Second, the prevention of humidity. Glyceric acid 3-phosphate has a certain degree of hygroscopicity. If the ambient humidity is high, it is easy to absorb moisture and agglomerate, or even deteriorate. Therefore, the storage container must be well sealed, and the storage environment should be dry. A desiccant can be placed at the storage place to absorb excess water vapor and ensure its dry state.
Third, avoid light. Light will also affect 3-phosphate glyceric acid, especially direct light, which may induce luminescent chemical reactions, causing its activity to decrease or its properties to change. Therefore, when storing, it should be placed in a dark container, or stored in a dark place, and direct sunlight should be protected during transportation.
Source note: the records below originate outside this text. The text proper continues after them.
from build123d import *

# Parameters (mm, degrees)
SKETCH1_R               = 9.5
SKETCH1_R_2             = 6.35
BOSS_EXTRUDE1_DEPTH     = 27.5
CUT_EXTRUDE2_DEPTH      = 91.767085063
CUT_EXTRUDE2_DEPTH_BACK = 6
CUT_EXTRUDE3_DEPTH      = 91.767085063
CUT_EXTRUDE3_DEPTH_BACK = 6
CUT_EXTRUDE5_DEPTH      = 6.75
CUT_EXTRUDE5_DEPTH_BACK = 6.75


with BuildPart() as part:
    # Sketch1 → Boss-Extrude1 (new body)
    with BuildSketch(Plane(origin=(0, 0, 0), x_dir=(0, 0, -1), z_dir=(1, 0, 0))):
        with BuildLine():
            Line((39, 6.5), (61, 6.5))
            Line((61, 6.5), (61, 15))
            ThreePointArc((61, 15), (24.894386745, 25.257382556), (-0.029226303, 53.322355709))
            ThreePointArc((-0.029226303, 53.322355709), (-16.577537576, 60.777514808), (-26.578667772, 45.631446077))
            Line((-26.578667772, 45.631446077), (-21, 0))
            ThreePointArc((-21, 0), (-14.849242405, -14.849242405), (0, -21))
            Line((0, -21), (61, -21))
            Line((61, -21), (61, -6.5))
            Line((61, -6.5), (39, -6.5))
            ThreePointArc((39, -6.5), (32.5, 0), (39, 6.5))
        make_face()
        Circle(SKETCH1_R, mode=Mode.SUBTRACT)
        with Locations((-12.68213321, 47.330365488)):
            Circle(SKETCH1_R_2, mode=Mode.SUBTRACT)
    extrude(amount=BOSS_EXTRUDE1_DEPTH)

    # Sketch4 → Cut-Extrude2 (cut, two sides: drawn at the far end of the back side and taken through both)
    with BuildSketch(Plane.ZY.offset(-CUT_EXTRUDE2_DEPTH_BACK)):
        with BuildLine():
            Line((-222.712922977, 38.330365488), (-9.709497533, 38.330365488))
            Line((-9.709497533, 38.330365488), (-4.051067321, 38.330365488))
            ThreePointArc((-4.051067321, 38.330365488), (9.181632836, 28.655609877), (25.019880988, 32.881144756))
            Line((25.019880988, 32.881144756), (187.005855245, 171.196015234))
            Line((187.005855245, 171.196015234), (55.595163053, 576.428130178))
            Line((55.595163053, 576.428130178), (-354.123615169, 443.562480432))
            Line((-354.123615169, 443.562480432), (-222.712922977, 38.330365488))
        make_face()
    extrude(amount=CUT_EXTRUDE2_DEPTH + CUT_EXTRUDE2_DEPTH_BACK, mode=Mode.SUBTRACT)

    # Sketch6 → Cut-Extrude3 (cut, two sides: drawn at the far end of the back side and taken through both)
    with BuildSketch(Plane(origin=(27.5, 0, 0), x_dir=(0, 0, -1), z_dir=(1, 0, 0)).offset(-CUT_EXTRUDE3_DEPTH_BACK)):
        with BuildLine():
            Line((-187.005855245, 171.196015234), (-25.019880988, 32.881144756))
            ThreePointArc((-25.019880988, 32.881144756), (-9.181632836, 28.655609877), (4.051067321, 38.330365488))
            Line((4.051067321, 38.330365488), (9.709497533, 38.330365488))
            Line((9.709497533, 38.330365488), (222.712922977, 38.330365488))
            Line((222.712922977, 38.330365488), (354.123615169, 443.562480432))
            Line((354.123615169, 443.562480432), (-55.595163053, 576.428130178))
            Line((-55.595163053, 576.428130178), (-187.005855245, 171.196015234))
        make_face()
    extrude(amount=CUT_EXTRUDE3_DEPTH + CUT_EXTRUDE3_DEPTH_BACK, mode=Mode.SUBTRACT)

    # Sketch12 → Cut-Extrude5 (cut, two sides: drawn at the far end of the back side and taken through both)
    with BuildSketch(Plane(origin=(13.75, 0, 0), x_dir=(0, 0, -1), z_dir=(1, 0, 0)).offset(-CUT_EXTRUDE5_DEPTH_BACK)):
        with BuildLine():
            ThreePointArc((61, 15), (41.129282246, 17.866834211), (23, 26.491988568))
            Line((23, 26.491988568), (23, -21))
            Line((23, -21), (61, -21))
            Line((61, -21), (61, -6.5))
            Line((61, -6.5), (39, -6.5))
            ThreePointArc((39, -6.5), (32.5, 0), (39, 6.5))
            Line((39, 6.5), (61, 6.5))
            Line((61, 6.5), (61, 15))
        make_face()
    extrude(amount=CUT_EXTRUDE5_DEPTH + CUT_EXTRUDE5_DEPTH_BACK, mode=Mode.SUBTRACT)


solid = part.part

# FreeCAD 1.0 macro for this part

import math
import FreeCAD as App
import Part
import Sketcher
Q = App.Units.Quantity

doc = App.newDocument("Part")
body = doc.addObject("PartDesign::Body", "Body")

sketch1 = body.newObject("Sketcher::SketchObject", "Sketch")
sketch1.AttachmentSupport = (doc.getObject("YZ_Plane"), [""])
sketch1.MapMode = "FlatFace"
sketch1.addGeometry([
    Part.LineSegment(App.Vector(6.5, -39, 0), App.Vector(6.5, -61, 0)),
    Part.LineSegment(App.Vector(6.5, -61, 0), App.Vector(15, -61, 0)),
    Part.ArcOfCircle(Part.Circle(App.Vector(81.998309, -60.523971, 0), App.Vector(0, 0, 1), 67), math.radians(115.340658), math.radians(180.407085)),
    Part.ArcOfCircle(Part.Circle(App.Vector(47.330365, 12.682133, 0), App.Vector(0, 0, 1), 14), math.radians(-64.659342), math.radians(96.970101)),
    Part.LineSegment(App.Vector(45.631446, 26.578668, 0), App.Vector(0, 21, 0)),
    Part.ArcOfCircle(Part.Circle(App.Vector(0, 0, 0), App.Vector(0, 0, 1), 21), math.radians(90), math.radians(180)),
    Part.LineSegment(App.Vector(-21, 0, 0), App.Vector(-21, -61, 0)),
    Part.LineSegment(App.Vector(-21, -61, 0), App.Vector(-6.5, -61, 0)),
    Part.LineSegment(App.Vector(-6.5, -61, 0), App.Vector(-6.5, -39, 0)),
    Part.ArcOfCircle(Part.Circle(App.Vector(0, -39, 0), App.Vector(0, 0, 1), 6.5), math.radians(0), math.radians(180)),
    Part.Circle(App.Vector(0, 0, 0), App.Vector(0, 0, 1), 9.5),
    Part.Circle(App.Vector(47.330365, 12.682133, 0), App.Vector(0, 0, 1), 6.35),
], False)
sketch1.addConstraint([
    Sketcher.Constraint("Coincident", 0, 2, 1, 1),
    Sketcher.Constraint("Coincident", 1, 2, 2, 2),
    Sketcher.Constraint("Tangent", 2, 1, 3, 1),
    Sketcher.Constraint("Tangent", 3, 2, 4, 1),
    Sketcher.Constraint("Coincident", 4, 2, 5, 1),
    Sketcher.Constraint("Tangent", 5, 2, 6, 1),
    Sketcher.Constraint("Coincident", 6, 2, 7, 1),
    Sketcher.Constraint("Coincident", 7, 2, 8, 1),
    Sketcher.Constraint("Tangent", 8, 2, 9, 2),
    Sketcher.Constraint("Tangent", 9, 1, 0, 1),
    Sketcher.Constraint("Vertical", 0),
    Sketcher.Constraint("Horizontal", 1),
    Sketcher.Constraint("Vertical", 6),
    Sketcher.Constraint("Horizontal", 7),
    Sketcher.Constraint("Vertical", 8),
    Sketcher.Constraint("Coincident", 5, 3, -1, 1),
    Sketcher.Constraint("Coincident", 10, 3, -1, 1),
    Sketcher.Constraint("Coincident", 11, 3, 3, 3),
    Sketcher.Constraint("Symmetric", 0, 2, 7, 2, -2),
    Sketcher.Constraint("PointOnObject", 4, 2, -2),
    Sketcher.Constraint("Diameter", 10, Q("19 mm")),
    Sketcher.Constraint("Radius", 2, Q("67 mm")),
    Sketcher.Constraint("Radius", 3, Q("14 mm")),
    Sketcher.Constraint("Radius", 5, Q("21 mm")),
    Sketcher.Constraint("Diameter", 11, Q("12.7 mm")),
    Sketcher.Constraint("Radius", 9, Q("6.5 mm")),
    Sketcher.Constraint("DistanceY", 0, 2, 0, 1, Q("22 mm")),
    Sketcher.Constraint("DistanceY", 6, 2, 6, 1, Q("61 mm")),
    Sketcher.Constraint("DistanceX", 1, 1, 1, 2, Q("8.5 mm")),
    Sketcher.Constraint("Distance", 4, Q("45.971191 mm")),
    Sketcher.Constraint("DistanceX", -1, 1, 2, 3, Q("81.998309 mm")),
])
pad1 = body.newObject("PartDesign::Pad", "Pad")
pad1.Profile = sketch1
pad1.Length = 27.5

sketch2 = body.newObject("Sketcher::SketchObject", "Sketch001")
sketch2.AttachmentSupport = (doc.getObject("YZ_Plane"), [""])
sketch2.MapMode = "FlatFace"
sketch2.addGeometry([
    Part.LineSegment(App.Vector(38.330365, -222.712923, 0), App.Vector(38.330365, -4.051067, 0)),
    Part.ArcOfCircle(Part.Circle(App.Vector(47.330365, 12.682133, 0), App.Vector(0, 0, 1), 19), math.radians(139.507), math.radians(241.726286)),
    Part.LineSegment(App.Vector(32.881145, 25.019881, 0), App.Vector(171.196015, 187.005855, 0)),
    Part.LineSegment(App.Vector(171.196015, 187.005855, 0), App.Vector(576.42813, 55.595163, 0)),
    Part.LineSegment(App.Vector(576.42813, 55.595163, 0), App.Vector(443.56248, -354.123615, 0)),
    Part.LineSegment(App.Vector(443.56248, -354.123615, 0), App.Vector(38.330365, -222.712923, 0)),
], False)
sketch2.addConstraint([
    Sketcher.Constraint("Coincident", 0, 2, 1, 2),
    Sketcher.Constraint("Tangent", 1, 1, 2, 1),
    Sketcher.Constraint("Coincident", 2, 2, 3, 1),
    Sketcher.Constraint("Coincident", 3, 2, 4, 1),
    Sketcher.Constraint("Coincident", 4, 2, 5, 1),
    Sketcher.Constraint("Coincident", 5, 2, 0, 1),
    Sketcher.Constraint("Vertical", 0),
    Sketcher.Constraint("Perpendicular", 3, 4),
    Sketcher.Constraint("Perpendicular", 4, 5),
    Sketcher.Constraint("Equal", 3, 5),
    Sketcher.Constraint("Radius", 1, Q("19 mm")),
    Sketcher.Constraint("DistanceX", 0, 2, 1, 3, Q("9 mm")),
    Sketcher.Constraint("Distance", 3, Q("426.006851 mm")),
    Sketcher.Constraint("Distance", 4, Q("430.723529 mm")),
    Sketcher.Constraint("DistanceY", 0, 1, 0, 2, Q("218.661856 mm")),
    Sketcher.Constraint("DistanceY", -1, 1, 1, 1, Q("25.019881 mm")),
    Sketcher.Constraint("DistanceX", -1, 1, 3, 2, Q("576.42813 mm")),
    Sketcher.Constraint("DistanceX", -1, 1, 4, 2, Q("443.56248 mm")),
])
pocket1 = body.newObject("PartDesign::Pocket", "Pocket")
pocket1.Profile = sketch2
pocket1.Type = "TwoLengths"
pocket1.Length = 91.767085
pocket1.Length2 = 6

sketch3 = body.newObject("Sketcher::SketchObject", "Sketch002")
sketch3.AttachmentSupport = (doc.getObject("YZ_Plane"), [""])
sketch3.MapMode = "FlatFace"
sketch3.AttachmentOffset = App.Placement(App.Vector(0, 0, 27.5), App.Rotation())
sketch3.addGeometry([
    Part.LineSegment(App.Vector(171.196015, 187.005855, 0), App.Vector(32.881145, 25.019881, 0)),
    Part.ArcOfCircle(Part.Circle(App.Vector(47.330365, 12.682133, 0), App.Vector(0, 0, 1), 19), math.radians(139.507), math.radians(241.726286)),
    Part.LineSegment(App.Vector(38.330365, -4.051067, 0), App.Vector(38.330365, -222.712923, 0)),
    Part.LineSegment(App.Vector(38.330365, -222.712923, 0), App.Vector(443.56248, -354.123615, 0)),
    Part.LineSegment(App.Vector(443.56248, -354.123615, 0), App.Vector(576.42813, 55.595163, 0)),
    Part.LineSegment(App.Vector(576.42813, 55.595163, 0), App.Vector(171.196015, 187.005855, 0)),
], False)
sketch3.addConstraint([
    Sketcher.Constraint("Tangent", 0, 2, 1, 1),
    Sketcher.Constraint("Coincident", 1, 2, 2, 1),
    Sketcher.Constraint("Coincident", 2, 2, 3, 1),
    Sketcher.Constraint("Coincident", 3, 2, 4, 1),
    Sketcher.Constraint("Coincident", 4, 2, 5, 1),
    Sketcher.Constraint("Coincident", 5, 2, 0, 1),
    Sketcher.Constraint("Vertical", 2),
    Sketcher.Constraint("Perpendicular", 3, 4),
    Sketcher.Constraint("Perpendicular", 4, 5),
    Sketcher.Constraint("Equal", 3, 5),
    Sketcher.Constraint("Radius", 1, Q("19 mm")),
    Sketcher.Constraint("DistanceX", 1, 2, 1, 3, Q("9 mm")),
    Sketcher.Constraint("Distance", 3, Q("426.006851 mm")),
    Sketcher.Constraint("Distance", 4, Q("430.723529 mm")),
    Sketcher.Constraint("DistanceY", 2, 2, 2, 1, Q("218.661856 mm")),
    Sketcher.Constraint("DistanceY", -1, 1, 0, 2, Q("25.019881 mm")),
    Sketcher.Constraint("DistanceX", -1, 1, 3, 2, Q("443.56248 mm")),
    Sketcher.Constraint("DistanceX", -1, 1, 4, 2, Q("576.42813 mm")),
])
pocket2 = body.newObject("PartDesign::Pocket", "Pocket001")
pocket2.Profile = sketch3
pocket2.Type = "TwoLengths"
pocket2.Length = 91.767085
pocket2.Length2 = 6
pocket2.Reversed = True

sketch4 = body.newObject("Sketcher::SketchObject", "Sketch003")
sketch4.AttachmentSupport = (doc.getObject("YZ_Plane"), [""])
sketch4.MapMode = "FlatFace"
sketch4.AttachmentOffset = App.Placement(App.Vector(0, 0, 13.75), App.Rotation())
sketch4.addGeometry([
    Part.ArcOfCircle(Part.Circle(App.Vector(81.998309, -60.523971, 0), App.Vector(0, 0, 1), 67), math.radians(145.940103), math.radians(180.407085)),
    Part.LineSegment(App.Vector(26.491989, -23, 0), App.Vector(-21, -23, 0)),
    Part.LineSegment(App.Vector(-21, -23, 0), App.Vector(-21, -61, 0)),
    Part.LineSegment(App.Vector(-21, -61, 0), App.Vector(-6.5, -61, 0)),
    Part.LineSegment(App.Vector(-6.5, -61, 0), App.Vector(-6.5, -39, 0)),
    Part.ArcOfCircle(Part.Circle(App.Vector(0, -39, 0), App.Vector(0, 0, 1), 6.5), math.radians(0), math.radians(180)),
    Part.LineSegment(App.Vector(6.5, -39, 0), App.Vector(6.5, -61, 0)),
    Part.LineSegment(App.Vector(6.5, -61, 0), App.Vector(15, -61, 0)),
], False)
sketch4.addConstraint([
    Sketcher.Constraint("Coincident", 0, 1, 1, 1),
    Sketcher.Constraint("Coincident", 1, 2, 2, 1),
    Sketcher.Constraint("Coincident", 2, 2, 3, 1),
    Sketcher.Constraint("Coincident", 3, 2, 4, 1),
    Sketcher.Constraint("Tangent", 4, 2, 5, 2),
    Sketcher.Constraint("Tangent", 5, 1, 6, 1),
    Sketcher.Constraint("Coincident", 6, 2, 7, 1),
    Sketcher.Constraint("Coincident", 7, 2, 0, 2),
    Sketcher.Constraint("Horizontal", 1),
    Sketcher.Constraint("Vertical", 2),
    Sketcher.Constraint("Horizontal", 3),
    Sketcher.Constraint("Vertical", 4),
    Sketcher.Constraint("Vertical", 6),
    Sketcher.Constraint("Horizontal", 7),
    Sketcher.Constraint("Symmetric", 3, 2, 6, 2, -2),
    Sketcher.Constraint("Radius", 0, Q("67 mm")),
    Sketcher.Constraint("Radius", 5, Q("6.5 mm")),
    Sketcher.Constraint("DistanceY", 2, 2, 2, 1, Q("38 mm")),
    Sketcher.Constraint("DistanceY", 4, 1, 4, 2, Q("22 mm")),
    Sketcher.Constraint("DistanceX", 3, 1, 3, 2, Q("14.5 mm")),
    Sketcher.Constraint("DistanceX", 7, 1, 7, 2, Q("8.5 mm")),
    Sketcher.Constraint("DistanceY", 5, 3, -1, 1, Q("39 mm")),
    Sketcher.Constraint("DistanceX", 1, 2, 1, 1, Q("47.491989 mm")),
])
pocket3 = body.newObject("PartDesign::Pocket", "Pocket002")
pocket3.Profile = sketch4
pocket3.Type = "TwoLengths"
pocket3.Length = 6.75
pocket3.Length2 = 6.75
pocket3.Reversed = True

doc.recompute()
Fourth, the choice of container. Due to its chemical properties, it is necessary to choose a storage and transportation container that is compatible with it. Usually glass or specific plastic materials are suitable. These materials are chemically stable and not easy to react with 3-phosphate glyceric acid, which can ensure that their quality is not affected. At the same time, the container needs to have good sealing to prevent leakage.
Fifth, avoid vibration and collision. During transportation, severe vibration and collision may cause 3-phosphate glyceric acid to be impacted, or cause damage to the container, and may also affect its internal structure. Therefore, buffer protection measures should be taken during transportation to ensure smooth transportation and reduce the degree of vibration and collision.
Sixth, isolated storage. Do not store and transport with oxidizing, reducing substances, and chemically active substances such as acids and bases, otherwise it is easy to cause chemical reactions, leading to the deterioration of 3-phosphate glyceric acid, affecting its quality and efficiency.